== YOUR INSTRUCTIONS ==
Every line in the data below from the one containing "#14=VERTEX_POINT('',#13);" down to the one containing "#21=ORIENTED_EDGE('',*,*,#20,.F.);", both included, must be retyped exactly; no other line is to appear.
(INPUT FOR THIS TASK Opens)
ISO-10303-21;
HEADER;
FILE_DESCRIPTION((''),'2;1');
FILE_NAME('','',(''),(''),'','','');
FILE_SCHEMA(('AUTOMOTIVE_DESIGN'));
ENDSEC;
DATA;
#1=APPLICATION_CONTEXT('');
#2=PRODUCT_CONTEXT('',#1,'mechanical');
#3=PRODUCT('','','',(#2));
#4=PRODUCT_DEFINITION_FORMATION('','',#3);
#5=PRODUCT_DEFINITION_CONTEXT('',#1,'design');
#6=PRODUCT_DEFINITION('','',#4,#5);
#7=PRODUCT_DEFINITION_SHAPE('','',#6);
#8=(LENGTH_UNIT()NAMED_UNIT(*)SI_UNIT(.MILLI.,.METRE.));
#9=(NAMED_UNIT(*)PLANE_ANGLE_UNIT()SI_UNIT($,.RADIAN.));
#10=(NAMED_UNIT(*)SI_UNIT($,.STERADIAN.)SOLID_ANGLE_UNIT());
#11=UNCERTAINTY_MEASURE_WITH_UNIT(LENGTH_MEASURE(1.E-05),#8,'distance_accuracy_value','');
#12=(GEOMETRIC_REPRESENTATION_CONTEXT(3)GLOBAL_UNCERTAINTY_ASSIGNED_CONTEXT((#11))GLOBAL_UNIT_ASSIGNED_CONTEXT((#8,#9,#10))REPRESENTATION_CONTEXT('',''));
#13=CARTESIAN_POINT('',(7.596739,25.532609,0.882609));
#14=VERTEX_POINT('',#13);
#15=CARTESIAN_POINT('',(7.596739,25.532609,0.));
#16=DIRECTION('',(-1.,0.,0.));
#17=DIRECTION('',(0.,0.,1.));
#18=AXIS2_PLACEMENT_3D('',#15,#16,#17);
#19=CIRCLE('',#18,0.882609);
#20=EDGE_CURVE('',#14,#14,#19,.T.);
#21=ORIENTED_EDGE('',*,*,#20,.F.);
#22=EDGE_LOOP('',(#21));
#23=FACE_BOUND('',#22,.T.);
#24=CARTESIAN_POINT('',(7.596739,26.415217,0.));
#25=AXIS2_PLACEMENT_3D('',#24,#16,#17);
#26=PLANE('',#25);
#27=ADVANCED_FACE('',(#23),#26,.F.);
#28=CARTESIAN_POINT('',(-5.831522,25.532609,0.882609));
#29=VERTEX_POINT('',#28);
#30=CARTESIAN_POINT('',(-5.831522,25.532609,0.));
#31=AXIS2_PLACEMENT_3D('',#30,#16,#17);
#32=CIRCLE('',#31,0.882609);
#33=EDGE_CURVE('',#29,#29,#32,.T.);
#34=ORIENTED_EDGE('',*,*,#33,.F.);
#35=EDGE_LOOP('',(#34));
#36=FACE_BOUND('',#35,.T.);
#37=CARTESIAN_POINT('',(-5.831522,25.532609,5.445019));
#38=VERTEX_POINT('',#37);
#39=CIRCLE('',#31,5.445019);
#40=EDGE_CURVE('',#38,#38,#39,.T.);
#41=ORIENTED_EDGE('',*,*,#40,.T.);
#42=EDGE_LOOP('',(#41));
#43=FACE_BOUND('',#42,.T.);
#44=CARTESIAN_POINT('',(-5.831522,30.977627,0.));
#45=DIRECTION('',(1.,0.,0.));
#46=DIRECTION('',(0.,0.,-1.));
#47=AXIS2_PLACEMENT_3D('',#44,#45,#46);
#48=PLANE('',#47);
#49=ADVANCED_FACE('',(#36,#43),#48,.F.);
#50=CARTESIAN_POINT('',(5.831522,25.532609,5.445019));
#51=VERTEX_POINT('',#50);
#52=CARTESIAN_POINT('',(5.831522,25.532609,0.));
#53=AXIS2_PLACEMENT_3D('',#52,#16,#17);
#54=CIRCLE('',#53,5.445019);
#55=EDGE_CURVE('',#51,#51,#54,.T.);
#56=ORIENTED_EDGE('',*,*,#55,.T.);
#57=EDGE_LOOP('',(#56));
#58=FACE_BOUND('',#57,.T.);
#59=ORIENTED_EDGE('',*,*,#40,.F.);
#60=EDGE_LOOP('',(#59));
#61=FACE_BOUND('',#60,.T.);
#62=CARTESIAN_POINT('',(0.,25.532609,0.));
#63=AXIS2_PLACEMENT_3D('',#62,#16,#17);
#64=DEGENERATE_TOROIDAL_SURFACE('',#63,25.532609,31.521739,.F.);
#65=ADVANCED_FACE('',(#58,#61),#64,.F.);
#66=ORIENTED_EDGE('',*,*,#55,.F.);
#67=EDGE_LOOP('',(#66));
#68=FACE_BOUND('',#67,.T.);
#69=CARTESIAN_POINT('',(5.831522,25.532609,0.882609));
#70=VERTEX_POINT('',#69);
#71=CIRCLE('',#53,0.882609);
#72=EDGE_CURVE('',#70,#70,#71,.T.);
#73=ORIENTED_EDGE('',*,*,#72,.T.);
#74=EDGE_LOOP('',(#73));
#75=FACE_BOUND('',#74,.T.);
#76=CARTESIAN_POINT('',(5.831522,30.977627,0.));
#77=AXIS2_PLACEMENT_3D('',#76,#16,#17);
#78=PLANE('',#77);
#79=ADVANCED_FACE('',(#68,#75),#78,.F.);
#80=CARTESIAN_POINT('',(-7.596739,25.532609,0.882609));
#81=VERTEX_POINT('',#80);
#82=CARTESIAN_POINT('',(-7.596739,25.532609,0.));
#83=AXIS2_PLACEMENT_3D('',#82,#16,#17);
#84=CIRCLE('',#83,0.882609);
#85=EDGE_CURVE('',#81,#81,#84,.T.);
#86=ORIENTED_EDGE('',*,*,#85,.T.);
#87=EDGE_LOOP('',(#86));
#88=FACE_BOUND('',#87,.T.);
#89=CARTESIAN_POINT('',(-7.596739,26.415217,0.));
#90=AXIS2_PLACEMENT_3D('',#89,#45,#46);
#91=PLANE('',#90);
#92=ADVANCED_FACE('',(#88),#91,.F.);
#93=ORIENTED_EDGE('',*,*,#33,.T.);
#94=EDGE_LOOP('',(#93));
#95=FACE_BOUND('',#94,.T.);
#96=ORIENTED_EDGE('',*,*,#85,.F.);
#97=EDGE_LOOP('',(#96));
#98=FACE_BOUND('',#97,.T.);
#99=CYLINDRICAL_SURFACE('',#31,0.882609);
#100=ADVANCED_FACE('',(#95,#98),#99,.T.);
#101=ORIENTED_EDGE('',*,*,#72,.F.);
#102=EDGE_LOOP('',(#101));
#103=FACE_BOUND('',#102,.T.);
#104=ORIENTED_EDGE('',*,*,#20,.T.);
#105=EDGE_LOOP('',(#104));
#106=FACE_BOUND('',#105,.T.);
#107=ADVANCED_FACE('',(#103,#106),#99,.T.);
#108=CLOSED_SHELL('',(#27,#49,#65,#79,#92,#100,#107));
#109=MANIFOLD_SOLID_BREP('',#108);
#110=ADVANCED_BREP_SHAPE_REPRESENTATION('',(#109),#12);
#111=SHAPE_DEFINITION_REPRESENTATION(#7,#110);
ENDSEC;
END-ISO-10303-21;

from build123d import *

# Parameters (mm, degrees)
SCALE1_SCALE = 0.630434783


with BuildPart() as part:
    # Sketch1 → Revolve1 (revolve)
    with BuildSketch(Plane.XY):
        with BuildLine():
            Line((9.25, 49.136926033), (9.25, 41.9))
            Line((9.25, 41.9), (12.05, 41.9))
            Line((12.05, 41.9), (12.05, 40.5))
            Line((12.05, 40.5), (9.25, 40.5))
            Line((9.25, 40.5), (-9.25, 40.5))
            Line((-9.25, 40.5), (-12.05, 40.5))
            Line((-12.05, 40.5), (-12.05, 41.9))
            Line((-12.05, 41.9), (-9.25, 41.9))
            Line((-9.25, 41.9), (-9.25, 49.136926033))
            ThreePointArc((-9.25, 49.136926033), (0, 50), (9.25, 49.136926033))
        make_face()
    revolve(axis=Axis((-9.25, 40.5, 0), (1, 0, 0)))


with BuildPart() as part_1:
    # Scale1: scaled about (0, 0, 0)
    add(part.part.scale(SCALE1_SCALE))


solid = part_1.part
(INPUT FOR THIS TASK Closes)
== SOLVED EXERCISE ==
#14=VERTEX_POINT('',#13);
#15=CARTESIAN_POINT('',(7.596739,25.532609,0.));
#16=DIRECTION('',(-1.,0.,0.));
#17=DIRECTION('',(0.,0.,1.));
#18=AXIS2_PLACEMENT_3D('',#15,#16,#17);
#19=CIRCLE('',#18,0.882609);
#20=EDGE_CURVE('',#14,#14,#19,.T.);
#21=ORIENTED_EDGE('',*,*,#20,.F.);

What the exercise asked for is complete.